--- Data provided ---

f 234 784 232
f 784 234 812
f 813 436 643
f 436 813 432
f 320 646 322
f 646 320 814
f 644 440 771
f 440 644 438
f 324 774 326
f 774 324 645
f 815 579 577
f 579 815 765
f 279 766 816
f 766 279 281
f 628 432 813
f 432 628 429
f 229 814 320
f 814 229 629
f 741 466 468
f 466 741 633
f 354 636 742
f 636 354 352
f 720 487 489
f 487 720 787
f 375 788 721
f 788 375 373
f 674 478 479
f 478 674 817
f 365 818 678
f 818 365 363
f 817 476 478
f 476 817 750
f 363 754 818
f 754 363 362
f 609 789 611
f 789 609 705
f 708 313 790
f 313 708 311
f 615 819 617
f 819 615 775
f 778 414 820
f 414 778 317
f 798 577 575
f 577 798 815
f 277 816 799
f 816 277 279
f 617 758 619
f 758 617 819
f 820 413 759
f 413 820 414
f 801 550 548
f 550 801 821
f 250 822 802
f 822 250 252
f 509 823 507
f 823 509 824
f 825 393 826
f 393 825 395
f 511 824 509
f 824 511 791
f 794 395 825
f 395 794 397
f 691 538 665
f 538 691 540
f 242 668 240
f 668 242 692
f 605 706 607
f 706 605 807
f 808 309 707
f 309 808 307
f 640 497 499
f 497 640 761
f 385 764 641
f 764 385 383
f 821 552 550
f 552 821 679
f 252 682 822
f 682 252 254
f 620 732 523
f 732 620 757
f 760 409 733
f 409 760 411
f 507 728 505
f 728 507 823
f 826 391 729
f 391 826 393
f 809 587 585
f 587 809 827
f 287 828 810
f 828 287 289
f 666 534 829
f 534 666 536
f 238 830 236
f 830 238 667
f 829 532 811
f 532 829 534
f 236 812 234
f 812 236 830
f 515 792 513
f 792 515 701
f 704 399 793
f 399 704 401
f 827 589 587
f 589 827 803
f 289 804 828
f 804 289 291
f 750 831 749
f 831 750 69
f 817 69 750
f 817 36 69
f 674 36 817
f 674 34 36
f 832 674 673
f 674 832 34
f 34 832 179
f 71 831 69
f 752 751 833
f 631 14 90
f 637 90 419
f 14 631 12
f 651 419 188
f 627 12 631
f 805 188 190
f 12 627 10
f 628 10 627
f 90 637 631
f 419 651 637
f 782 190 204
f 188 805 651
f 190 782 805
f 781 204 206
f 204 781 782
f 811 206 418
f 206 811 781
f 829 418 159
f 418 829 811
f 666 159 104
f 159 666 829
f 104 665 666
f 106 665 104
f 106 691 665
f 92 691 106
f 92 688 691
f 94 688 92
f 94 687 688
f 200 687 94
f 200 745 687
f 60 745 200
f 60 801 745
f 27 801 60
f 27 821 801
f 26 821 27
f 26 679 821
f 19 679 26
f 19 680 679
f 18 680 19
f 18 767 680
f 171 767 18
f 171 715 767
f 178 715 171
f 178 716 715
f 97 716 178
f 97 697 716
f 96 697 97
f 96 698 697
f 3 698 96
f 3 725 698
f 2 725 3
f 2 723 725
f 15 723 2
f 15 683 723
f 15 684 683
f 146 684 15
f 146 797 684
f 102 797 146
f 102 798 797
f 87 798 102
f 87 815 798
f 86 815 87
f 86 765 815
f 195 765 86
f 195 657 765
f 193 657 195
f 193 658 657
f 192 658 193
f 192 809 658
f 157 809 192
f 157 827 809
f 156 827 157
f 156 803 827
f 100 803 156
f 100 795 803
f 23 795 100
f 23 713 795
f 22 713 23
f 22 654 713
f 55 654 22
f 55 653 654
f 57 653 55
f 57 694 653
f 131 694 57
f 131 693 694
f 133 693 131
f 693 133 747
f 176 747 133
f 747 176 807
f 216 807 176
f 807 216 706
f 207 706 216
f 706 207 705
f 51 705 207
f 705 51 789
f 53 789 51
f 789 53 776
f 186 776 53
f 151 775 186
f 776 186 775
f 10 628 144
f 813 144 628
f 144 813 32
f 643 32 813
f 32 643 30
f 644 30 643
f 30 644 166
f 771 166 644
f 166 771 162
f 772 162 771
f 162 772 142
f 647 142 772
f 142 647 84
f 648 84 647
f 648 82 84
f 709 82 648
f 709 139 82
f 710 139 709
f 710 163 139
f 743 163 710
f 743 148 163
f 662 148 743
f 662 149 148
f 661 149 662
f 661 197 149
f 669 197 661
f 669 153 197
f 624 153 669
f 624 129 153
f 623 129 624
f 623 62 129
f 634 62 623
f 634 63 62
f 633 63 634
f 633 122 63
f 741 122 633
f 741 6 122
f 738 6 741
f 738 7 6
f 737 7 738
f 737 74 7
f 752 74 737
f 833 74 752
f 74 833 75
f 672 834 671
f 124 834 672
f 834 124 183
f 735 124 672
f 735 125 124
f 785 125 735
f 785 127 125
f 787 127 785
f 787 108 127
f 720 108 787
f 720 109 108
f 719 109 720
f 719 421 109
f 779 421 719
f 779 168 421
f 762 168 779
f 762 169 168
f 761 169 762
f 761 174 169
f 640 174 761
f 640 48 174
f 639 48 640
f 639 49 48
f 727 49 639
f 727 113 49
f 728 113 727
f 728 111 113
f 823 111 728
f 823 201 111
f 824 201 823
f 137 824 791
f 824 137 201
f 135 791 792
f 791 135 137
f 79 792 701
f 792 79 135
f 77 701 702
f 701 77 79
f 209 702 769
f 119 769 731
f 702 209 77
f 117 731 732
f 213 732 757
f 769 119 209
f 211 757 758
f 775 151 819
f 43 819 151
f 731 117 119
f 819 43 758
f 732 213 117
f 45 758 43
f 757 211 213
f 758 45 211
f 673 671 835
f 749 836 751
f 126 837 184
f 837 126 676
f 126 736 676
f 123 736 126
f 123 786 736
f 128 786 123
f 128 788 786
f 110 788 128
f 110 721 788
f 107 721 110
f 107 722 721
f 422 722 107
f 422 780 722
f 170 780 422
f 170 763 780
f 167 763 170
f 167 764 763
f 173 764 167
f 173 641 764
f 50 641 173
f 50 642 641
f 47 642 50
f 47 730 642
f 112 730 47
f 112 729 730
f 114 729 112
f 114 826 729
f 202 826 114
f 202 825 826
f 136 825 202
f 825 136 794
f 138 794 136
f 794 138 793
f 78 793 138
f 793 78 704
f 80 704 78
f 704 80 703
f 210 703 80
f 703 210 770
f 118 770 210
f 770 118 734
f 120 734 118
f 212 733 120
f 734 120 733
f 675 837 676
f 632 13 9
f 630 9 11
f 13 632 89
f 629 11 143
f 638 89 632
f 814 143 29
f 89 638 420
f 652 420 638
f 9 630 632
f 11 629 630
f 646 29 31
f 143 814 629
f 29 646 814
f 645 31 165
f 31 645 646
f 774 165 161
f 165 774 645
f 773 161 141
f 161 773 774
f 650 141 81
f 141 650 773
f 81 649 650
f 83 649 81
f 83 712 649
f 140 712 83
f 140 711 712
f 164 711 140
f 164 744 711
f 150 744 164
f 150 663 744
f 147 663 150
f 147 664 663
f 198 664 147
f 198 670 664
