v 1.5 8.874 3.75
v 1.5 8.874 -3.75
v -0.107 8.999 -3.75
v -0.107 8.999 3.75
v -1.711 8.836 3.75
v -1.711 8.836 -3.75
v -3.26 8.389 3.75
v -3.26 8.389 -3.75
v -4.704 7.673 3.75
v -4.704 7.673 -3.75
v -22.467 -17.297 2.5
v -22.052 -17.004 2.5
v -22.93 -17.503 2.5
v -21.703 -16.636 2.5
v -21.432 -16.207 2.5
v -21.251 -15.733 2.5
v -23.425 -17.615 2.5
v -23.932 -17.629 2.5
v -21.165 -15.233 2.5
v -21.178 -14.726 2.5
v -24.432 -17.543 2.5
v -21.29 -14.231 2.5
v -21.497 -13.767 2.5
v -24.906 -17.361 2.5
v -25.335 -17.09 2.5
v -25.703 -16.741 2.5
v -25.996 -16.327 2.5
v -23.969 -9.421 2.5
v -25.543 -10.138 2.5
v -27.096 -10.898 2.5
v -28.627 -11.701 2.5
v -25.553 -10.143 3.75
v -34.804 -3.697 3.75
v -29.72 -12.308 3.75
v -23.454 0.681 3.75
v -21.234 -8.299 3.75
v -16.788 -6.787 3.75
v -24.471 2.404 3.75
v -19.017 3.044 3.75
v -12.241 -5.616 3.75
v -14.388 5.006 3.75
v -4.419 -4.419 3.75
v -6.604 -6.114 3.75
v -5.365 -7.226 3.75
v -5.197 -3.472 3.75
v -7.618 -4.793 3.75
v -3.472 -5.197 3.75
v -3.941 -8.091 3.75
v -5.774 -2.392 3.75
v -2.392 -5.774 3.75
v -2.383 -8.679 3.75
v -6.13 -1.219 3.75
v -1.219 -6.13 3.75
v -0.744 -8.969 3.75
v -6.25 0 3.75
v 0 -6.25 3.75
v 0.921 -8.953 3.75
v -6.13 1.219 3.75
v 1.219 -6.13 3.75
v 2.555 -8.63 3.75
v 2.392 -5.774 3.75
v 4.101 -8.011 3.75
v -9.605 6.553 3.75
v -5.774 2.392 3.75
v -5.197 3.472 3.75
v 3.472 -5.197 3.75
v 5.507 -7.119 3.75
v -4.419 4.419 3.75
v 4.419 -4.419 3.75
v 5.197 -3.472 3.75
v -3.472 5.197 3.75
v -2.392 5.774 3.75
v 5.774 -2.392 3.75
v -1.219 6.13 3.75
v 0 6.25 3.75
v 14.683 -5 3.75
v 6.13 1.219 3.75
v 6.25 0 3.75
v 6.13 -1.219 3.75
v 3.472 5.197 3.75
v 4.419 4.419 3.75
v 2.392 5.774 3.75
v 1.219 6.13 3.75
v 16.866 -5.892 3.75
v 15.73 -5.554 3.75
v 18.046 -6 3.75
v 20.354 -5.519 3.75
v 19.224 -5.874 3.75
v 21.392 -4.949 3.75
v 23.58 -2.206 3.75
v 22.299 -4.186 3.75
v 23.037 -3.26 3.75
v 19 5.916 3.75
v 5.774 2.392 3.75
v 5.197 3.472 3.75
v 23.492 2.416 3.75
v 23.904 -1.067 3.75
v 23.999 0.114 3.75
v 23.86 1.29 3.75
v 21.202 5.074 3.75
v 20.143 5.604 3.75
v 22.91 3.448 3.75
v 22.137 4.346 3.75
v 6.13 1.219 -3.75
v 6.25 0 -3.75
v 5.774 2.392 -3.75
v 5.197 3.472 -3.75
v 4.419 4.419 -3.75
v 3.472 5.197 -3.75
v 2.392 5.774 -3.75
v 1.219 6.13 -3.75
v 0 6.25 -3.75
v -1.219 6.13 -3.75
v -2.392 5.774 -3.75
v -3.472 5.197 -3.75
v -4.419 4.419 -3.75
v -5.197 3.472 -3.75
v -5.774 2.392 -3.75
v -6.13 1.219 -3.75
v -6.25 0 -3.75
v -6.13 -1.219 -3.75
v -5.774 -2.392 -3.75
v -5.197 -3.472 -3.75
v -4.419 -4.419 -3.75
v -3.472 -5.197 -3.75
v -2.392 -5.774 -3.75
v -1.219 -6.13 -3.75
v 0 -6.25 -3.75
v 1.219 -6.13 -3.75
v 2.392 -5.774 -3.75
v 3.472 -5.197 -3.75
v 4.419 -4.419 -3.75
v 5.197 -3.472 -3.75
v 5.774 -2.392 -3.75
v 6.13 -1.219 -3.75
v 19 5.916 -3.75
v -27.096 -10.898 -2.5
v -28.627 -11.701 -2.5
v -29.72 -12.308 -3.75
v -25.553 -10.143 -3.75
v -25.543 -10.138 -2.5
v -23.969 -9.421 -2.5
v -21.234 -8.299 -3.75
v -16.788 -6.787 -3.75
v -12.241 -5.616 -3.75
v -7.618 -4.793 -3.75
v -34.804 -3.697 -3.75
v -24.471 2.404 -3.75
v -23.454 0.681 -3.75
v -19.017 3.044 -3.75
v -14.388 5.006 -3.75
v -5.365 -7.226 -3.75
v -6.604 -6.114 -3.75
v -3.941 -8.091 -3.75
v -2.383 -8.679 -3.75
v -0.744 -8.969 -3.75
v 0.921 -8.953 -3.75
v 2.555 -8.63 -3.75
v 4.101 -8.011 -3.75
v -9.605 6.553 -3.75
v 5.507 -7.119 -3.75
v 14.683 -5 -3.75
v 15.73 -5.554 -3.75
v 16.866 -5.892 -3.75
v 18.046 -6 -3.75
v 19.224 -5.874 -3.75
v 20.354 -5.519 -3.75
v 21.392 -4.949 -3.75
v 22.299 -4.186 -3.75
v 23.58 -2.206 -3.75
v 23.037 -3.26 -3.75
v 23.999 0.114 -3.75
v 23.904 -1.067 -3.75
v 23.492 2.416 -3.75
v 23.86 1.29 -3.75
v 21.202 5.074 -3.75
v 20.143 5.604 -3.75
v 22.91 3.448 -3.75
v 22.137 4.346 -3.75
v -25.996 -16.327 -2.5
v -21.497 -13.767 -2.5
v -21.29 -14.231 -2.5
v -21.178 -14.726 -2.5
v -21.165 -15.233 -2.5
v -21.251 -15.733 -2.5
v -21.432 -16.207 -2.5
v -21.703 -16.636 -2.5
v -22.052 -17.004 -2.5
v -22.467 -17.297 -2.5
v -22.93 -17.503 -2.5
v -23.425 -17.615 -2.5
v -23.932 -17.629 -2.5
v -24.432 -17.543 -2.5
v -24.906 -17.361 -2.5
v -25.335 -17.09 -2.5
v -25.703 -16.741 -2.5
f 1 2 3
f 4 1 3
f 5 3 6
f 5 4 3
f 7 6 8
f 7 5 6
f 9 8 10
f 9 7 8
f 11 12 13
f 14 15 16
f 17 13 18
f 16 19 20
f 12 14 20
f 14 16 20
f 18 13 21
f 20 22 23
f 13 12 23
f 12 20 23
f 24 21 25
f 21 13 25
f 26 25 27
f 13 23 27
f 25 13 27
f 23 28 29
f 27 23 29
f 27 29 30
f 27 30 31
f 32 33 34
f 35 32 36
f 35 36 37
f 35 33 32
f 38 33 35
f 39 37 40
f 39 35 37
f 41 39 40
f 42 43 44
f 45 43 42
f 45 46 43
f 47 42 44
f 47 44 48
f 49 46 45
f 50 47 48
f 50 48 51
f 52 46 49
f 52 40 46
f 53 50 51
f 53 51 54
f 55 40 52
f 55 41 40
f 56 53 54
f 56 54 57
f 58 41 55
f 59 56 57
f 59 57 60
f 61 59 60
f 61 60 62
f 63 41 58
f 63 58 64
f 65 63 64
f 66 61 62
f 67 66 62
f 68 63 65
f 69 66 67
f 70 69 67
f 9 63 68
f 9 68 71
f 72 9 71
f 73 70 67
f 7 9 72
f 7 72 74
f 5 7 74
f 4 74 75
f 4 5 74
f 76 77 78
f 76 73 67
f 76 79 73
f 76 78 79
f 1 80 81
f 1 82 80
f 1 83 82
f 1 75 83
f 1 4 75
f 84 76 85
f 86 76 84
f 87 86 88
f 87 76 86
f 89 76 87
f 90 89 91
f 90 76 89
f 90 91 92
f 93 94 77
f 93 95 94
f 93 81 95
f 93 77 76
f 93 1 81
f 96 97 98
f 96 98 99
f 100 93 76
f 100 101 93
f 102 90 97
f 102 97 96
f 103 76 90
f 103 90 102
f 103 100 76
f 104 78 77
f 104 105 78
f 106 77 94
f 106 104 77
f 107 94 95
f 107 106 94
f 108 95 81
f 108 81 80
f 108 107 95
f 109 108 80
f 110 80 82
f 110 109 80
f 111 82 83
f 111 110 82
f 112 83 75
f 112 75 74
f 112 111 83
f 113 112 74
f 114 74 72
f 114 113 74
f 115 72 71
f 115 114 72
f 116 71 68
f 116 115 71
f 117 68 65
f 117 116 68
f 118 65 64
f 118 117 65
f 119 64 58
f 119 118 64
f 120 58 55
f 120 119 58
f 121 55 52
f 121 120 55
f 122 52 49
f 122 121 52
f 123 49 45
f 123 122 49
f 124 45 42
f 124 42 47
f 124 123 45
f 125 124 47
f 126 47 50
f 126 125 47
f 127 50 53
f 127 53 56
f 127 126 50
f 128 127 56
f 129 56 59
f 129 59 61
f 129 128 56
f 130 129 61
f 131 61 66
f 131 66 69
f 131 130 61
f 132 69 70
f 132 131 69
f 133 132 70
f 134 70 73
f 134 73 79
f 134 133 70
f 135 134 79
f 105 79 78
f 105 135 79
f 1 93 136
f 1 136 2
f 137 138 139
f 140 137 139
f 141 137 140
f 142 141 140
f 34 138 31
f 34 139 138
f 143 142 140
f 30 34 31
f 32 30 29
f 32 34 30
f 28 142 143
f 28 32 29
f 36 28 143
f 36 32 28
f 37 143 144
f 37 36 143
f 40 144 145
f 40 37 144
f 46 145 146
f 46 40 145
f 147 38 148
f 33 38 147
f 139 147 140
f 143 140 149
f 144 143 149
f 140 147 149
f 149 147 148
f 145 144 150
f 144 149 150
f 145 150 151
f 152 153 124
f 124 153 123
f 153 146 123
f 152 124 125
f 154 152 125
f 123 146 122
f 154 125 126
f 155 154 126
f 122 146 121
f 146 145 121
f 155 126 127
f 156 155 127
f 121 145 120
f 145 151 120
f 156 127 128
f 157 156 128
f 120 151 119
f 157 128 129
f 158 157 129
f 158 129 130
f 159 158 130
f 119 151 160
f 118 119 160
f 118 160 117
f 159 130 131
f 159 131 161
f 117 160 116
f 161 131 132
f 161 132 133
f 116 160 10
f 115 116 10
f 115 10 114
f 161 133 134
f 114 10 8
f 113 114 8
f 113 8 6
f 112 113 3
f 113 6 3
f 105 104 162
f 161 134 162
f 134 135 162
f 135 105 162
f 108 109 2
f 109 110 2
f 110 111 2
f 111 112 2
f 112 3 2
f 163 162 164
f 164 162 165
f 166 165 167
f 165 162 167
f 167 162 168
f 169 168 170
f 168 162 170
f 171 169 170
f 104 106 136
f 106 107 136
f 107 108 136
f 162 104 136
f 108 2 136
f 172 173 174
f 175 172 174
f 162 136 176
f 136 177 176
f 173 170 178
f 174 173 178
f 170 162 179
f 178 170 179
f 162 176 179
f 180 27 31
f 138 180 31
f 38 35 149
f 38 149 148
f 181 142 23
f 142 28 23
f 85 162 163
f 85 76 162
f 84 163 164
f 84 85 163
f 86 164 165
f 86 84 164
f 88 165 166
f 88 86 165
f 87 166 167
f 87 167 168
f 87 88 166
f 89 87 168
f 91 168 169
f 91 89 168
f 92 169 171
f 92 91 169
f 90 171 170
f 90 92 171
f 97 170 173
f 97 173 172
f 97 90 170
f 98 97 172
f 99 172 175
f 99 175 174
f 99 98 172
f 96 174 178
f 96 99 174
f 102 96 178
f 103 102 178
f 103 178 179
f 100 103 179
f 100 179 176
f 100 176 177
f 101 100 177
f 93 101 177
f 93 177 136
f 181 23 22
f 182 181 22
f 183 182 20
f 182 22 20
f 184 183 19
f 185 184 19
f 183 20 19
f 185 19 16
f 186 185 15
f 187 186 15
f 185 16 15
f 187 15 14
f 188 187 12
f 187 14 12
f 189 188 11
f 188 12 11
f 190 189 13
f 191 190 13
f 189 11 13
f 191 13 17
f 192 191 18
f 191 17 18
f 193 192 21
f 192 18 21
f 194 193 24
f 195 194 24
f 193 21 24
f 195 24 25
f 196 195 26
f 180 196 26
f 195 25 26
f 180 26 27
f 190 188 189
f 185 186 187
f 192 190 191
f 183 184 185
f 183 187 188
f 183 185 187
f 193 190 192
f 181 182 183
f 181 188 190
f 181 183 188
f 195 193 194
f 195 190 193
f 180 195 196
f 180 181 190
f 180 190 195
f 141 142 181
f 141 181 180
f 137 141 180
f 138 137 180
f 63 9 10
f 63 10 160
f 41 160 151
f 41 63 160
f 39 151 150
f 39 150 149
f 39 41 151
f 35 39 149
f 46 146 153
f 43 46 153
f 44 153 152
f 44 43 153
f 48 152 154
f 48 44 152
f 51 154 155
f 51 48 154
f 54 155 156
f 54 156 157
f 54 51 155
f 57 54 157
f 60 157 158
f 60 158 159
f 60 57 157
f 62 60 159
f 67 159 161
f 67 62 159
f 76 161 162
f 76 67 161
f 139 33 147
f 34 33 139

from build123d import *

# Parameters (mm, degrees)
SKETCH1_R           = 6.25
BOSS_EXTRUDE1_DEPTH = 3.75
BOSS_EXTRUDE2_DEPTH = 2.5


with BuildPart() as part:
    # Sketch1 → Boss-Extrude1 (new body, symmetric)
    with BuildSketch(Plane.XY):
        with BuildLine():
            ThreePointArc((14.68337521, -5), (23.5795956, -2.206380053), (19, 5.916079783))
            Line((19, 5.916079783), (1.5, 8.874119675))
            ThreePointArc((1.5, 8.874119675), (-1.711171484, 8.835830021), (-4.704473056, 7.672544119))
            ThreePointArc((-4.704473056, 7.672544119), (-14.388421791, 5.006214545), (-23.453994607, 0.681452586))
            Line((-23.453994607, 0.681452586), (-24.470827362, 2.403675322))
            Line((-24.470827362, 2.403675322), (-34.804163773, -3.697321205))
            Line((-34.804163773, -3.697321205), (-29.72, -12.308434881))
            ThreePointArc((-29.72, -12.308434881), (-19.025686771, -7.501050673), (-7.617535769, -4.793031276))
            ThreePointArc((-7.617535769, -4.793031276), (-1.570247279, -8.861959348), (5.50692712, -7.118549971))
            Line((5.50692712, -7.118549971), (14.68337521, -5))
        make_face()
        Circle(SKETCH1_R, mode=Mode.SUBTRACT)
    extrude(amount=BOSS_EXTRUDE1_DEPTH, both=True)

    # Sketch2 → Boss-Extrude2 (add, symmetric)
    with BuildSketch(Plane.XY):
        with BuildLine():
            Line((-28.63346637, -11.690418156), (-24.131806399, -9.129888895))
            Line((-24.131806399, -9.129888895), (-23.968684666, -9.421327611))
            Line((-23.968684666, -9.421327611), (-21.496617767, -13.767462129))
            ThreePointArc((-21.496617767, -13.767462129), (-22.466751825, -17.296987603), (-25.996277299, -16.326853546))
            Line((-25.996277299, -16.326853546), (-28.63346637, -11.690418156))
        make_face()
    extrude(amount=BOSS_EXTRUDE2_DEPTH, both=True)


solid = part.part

---

Write out word for word only the lines from the start of the entries down to the line with "f 821 552 550", please, including both ends.

f 234 784 232
f 784 234 812
f 813 436 643
f 436 813 432
f 320 646 322
f 646 320 814
f 644 440 771
f 440 644 438
f 324 774 326
f 774 324 645
f 815 579 577
f 579 815 765
f 279 766 816
f 766 279 281
f 628 432 813
f 432 628 429
f 229 814 320
f 814 229 629
f 741 466 468
f 466 741 633
f 354 636 742
f 636 354 352
f 720 487 489
f 487 720 787
f 375 788 721
f 788 375 373
f 674 478 479
f 478 674 817
f 365 818 678
f 818 365 363
f 817 476 478
f 476 817 750
f 363 754 818
f 754 363 362
f 609 789 611
f 789 609 705
f 708 313 790
f 313 708 311
f 615 819 617
f 819 615 775
f 778 414 820
f 414 778 317
f 798 577 575
f 577 798 815
f 277 816 799
f 816 277 279
f 617 758 619
f 758 617 819
f 820 413 759
f 413 820 414
f 801 550 548
f 550 801 821
f 250 822 802
f 822 250 252
f 509 823 507
f 823 509 824
f 825 393 826
f 393 825 395
f 511 824 509
f 824 511 791
f 794 395 825
f 395 794 397
f 691 538 665
f 538 691 540
f 242 668 240
f 668 242 692
f 605 706 607
f 706 605 807
f 808 309 707
f 309 808 307
f 640 497 499
f 497 640 761
f 385 764 641
f 764 385 383
f 821 552 550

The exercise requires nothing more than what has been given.